Japan's Nikkei Edges Lower as Tech Stocks Drag, Yen Stability Offers Support
Nikkei dips on tech sell-off, real estate gains

Japan's key stock index, the Nikkei 225, experienced a marginal decline on Monday, pressured by a sell-off in technology shares. Investors remained cautious about the elevated valuations of companies linked to the artificial intelligence (AI) boom. The index dipped less than 0.1% to settle at 50,473.84 by the midday trading recess.

Tech Heavyweights Weigh on Market Sentiment

The primary drag on the Nikkei came from major technology and investment firms. SoftBank Group, a prominent startup investor, led the losses with a 2.5% slide, single-handedly pulling the index down by 93 points. It was followed by chip-sector giants Advantest and Tokyo Electron, which fell 0.9% and 1% respectively. Together, these two chip-related stocks subtracted a combined 79 points from the index.

Equities strategist Fumika Shimizu of Nomura Securities noted a prevailing sense of overheating in high-tech stocks, making them vulnerable to profit-taking. "The underlying trend of falling tech stocks remains intact," Shimizu observed.

Broader Market Shows Resilience Despite Tech Weakness

Interestingly, the overall market breadth told a more positive story. On the Nikkei, 162 of its 225 components advanced, while only 59 declined and four remained unchanged. The broader Topix index actually gained 0.4% to reach 3,376.43, outperforming the Nikkei.

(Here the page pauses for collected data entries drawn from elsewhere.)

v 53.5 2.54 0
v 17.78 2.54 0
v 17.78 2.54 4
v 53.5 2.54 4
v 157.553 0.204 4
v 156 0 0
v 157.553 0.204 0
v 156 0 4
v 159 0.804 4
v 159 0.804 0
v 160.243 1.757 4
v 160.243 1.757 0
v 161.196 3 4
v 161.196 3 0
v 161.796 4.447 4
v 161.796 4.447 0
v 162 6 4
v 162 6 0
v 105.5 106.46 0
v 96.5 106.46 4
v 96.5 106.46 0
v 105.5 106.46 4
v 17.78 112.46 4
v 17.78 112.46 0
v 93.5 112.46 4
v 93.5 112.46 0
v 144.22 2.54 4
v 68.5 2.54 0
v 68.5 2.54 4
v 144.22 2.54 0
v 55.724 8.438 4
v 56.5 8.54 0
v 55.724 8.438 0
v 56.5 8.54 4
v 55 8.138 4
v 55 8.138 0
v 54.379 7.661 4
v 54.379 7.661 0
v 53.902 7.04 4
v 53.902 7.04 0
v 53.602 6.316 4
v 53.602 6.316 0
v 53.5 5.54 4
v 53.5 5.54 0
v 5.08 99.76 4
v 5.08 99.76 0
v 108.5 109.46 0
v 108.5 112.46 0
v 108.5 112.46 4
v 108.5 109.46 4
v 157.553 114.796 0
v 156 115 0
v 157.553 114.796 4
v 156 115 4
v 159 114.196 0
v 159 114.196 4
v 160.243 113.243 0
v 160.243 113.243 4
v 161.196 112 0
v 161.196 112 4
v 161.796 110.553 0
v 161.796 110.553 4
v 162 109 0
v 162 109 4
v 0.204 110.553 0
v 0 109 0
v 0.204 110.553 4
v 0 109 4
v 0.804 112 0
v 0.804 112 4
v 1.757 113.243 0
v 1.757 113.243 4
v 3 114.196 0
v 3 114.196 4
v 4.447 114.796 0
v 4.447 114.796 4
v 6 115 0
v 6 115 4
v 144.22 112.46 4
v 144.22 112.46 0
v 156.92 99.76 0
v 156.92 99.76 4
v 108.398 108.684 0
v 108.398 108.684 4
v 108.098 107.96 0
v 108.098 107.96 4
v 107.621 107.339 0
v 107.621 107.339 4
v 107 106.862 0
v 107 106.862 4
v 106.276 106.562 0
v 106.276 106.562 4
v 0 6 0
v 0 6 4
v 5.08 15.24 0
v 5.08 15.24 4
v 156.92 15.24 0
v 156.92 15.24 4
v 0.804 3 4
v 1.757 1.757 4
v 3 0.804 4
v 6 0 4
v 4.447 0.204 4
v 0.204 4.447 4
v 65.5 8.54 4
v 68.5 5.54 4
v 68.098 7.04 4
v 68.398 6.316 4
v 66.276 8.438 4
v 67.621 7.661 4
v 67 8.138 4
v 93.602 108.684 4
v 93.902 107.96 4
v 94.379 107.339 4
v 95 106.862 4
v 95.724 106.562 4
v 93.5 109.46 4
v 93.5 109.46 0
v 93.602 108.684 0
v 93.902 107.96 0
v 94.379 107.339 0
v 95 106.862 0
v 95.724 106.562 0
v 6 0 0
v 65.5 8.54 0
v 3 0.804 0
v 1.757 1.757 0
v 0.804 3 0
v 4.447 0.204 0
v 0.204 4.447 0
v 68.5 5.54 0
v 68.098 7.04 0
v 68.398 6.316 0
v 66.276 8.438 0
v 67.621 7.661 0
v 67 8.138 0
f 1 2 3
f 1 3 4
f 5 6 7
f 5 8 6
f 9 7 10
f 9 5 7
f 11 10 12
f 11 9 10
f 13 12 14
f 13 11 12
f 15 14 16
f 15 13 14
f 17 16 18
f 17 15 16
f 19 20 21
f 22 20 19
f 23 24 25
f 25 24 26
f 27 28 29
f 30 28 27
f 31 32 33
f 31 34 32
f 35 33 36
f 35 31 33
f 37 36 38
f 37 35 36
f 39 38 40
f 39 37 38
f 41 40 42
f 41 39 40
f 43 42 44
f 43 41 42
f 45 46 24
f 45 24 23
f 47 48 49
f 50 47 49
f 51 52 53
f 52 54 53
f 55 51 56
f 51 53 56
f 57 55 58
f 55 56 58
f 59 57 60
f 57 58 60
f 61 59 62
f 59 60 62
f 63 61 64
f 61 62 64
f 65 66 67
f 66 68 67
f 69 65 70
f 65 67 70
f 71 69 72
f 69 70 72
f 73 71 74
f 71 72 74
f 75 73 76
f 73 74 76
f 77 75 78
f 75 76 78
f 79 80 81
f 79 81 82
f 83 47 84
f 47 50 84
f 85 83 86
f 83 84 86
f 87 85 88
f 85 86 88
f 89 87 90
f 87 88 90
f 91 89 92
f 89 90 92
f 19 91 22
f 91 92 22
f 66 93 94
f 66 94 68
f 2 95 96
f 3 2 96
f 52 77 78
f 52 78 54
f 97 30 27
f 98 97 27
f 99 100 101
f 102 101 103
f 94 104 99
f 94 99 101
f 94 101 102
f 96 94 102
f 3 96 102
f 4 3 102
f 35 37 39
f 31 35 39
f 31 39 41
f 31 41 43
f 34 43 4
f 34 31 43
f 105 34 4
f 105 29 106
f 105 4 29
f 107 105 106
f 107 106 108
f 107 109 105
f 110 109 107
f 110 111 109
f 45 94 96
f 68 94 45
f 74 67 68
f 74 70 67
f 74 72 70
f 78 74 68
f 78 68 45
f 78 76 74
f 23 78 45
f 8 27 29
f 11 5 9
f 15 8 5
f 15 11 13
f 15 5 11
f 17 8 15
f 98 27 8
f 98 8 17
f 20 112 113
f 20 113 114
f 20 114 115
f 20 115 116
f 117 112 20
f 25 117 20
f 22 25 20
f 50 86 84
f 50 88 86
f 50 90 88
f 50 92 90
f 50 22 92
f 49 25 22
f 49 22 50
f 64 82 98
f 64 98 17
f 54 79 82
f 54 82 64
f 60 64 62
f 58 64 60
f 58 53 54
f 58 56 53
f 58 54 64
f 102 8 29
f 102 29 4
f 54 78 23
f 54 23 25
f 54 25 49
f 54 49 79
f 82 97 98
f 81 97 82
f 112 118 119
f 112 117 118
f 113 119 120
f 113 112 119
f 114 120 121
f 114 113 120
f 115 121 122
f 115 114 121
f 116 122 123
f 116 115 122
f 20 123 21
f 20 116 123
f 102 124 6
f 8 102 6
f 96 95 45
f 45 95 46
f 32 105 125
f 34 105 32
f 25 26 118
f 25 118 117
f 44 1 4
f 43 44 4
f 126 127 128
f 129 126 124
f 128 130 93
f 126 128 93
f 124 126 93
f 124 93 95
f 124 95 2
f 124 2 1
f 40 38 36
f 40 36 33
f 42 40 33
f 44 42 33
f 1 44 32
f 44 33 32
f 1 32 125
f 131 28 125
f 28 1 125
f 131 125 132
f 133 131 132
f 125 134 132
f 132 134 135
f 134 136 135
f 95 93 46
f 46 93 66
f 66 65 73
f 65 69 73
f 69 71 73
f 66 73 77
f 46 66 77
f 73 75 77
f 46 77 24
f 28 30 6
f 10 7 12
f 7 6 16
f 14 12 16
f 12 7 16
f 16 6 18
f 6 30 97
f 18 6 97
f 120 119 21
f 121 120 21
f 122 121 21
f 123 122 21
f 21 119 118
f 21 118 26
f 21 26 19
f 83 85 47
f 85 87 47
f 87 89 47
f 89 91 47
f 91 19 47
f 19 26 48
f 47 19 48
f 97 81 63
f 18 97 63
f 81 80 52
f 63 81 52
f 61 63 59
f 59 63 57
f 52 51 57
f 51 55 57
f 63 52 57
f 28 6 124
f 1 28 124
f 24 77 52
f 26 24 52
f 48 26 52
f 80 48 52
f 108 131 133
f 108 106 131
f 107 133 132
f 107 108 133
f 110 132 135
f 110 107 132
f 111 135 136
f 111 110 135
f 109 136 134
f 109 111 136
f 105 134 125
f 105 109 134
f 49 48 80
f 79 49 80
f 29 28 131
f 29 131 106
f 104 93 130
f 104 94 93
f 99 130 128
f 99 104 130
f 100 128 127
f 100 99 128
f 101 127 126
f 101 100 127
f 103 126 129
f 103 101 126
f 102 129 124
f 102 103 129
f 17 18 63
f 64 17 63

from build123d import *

# Parameters (mm, degrees)
F0_W     = 162
F0_H     = 115
F0_W_2   = 151.84
F0_H_2   = 109.92
F1_DEPTH = 4
F2_R     = 6
F3_SIZE  = 12.7
F4_W     = 15
F4_H     = 4
F5_DEPTH = 6
F6_W     = 15
F6_H     = 4
F7_DEPTH = 6
F8_R     = 3


with BuildPart() as f1:
    # F0 (on Top) → F1 (new body)
    with BuildSketch(Plane.XY):
        with Locations((81, 57.5)):
            Rectangle(F0_W, F0_H)
        with Locations((81, 57.5)):
            Rectangle(F0_W_2, F0_H_2, mode=Mode.SUBTRACT)
    extrude(amount=F1_DEPTH)

    # F2
    f2_edges = [f1.edges().sort_by_distance(p)[0] for p in [
        (0, 115, 2),
        (162, 115, 2),
        (162, 0, 2),
        (0, 0, 2),
    ]]
    fillet(f2_edges, radius=F2_R)

    # F3
    f3_edges = [f1.edges().sort_by_distance(p)[0] for p in [
        (5.08, 112.46, 2),
        (156.92, 2.54, 2),
        (156.92, 112.46, 2),
        (5.08, 2.54, 2),
    ]]
    chamfer(f3_edges, length=F3_SIZE)

    # F4 (on face) → F5 (join)
    with BuildSketch(Plane(origin=(0, 2.54, 0), x_dir=(-1, 0, 0), z_dir=(0, 1, 0))):
        with Locations((-61, 2)):
            Rectangle(F4_W, F4_H)
    extrude(amount=F5_DEPTH)

    # F6 (on face) → F7 (join)
    with BuildSketch(Plane.XZ.offset(-112.46)):
        with Locations((101, 2)):
            Rectangle(F6_W, F6_H)
    extrude(amount=F7_DEPTH)

    # F8
    f8_edges = [f1.edges().sort_by_distance(p)[0] for p in [
        (93.5, 106.46, 2),
        (108.5, 106.46, 2),
        (68.5, 8.54, 2),
        (53.5, 8.54, 2),
    ]]
    fillet(f8_edges, radius=F8_R)


solid = f1.part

This resilience was supported by a more stable yen, which paused its recent strengthening trend. Additionally, positive cues from Wall Street's gains on Friday provided a tailwind. The market is also digesting growing expectations that the Bank of Japan (BOJ) could hike interest rates as early as next week.

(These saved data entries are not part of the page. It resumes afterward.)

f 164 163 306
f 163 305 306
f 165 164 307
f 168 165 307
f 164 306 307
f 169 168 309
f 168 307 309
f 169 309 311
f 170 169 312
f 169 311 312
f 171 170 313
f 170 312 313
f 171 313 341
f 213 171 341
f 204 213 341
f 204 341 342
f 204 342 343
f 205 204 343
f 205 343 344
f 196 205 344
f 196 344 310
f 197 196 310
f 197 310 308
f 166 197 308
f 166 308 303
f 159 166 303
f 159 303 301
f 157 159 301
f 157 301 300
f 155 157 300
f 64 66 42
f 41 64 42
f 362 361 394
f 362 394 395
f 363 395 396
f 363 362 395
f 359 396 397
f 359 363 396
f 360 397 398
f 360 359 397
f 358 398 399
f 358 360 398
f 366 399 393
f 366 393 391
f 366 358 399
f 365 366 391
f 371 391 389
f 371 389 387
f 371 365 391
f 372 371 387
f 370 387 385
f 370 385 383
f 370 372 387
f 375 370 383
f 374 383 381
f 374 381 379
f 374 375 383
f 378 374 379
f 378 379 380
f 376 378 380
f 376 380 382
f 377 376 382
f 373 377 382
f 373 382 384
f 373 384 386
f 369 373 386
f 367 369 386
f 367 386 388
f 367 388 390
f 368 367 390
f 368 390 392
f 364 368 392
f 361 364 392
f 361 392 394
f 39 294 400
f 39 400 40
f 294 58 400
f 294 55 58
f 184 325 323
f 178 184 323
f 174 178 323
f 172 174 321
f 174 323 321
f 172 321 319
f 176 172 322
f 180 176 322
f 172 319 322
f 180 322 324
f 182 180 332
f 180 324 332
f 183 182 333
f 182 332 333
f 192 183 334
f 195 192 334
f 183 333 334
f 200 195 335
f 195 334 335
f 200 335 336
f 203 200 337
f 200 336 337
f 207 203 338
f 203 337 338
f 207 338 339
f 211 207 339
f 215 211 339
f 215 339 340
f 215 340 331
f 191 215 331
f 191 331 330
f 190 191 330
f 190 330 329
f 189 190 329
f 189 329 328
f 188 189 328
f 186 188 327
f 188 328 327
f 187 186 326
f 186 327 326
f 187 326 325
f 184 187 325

Sectoral Performance: Real Estate Shines, Banks Retreat

While chip stocks faltered, shares of companies tied to data center demand surged, anticipating increased infrastructure needs from AI. Fujikura soared 5.7% and Fuji Electric jumped 4.1%.

The top-performing sector was real estate, which climbed 2.6% among the Tokyo Stock Exchange's 33 industry groups. Conversely, the banking sector lost 0.7%, becoming the worst performer for the day. This decline came after the sector rallied to its highest level since 1999 last week, driven by rate hike expectations from the BOJ.

Market Outlook: Sideways Trading Anticipated

Market strategists express caution about the near-term trajectory. Masahiro Ichikawa, chief market strategist at Sumitomo Mitsui DS Asset Management, described the Nikkei as feeling "heavy." He expects stocks to trade sideways for the time being, warning that "a rise from here would come with high risk."

The Nikkei had scaled a record peak of 52,636.87 in early November before succumbing to a wave of profit-taking, particularly in AI-related shares. The current trading reflects a market in consolidation, balancing optimism about economic normalisation with concerns over stretched valuations in the tech space.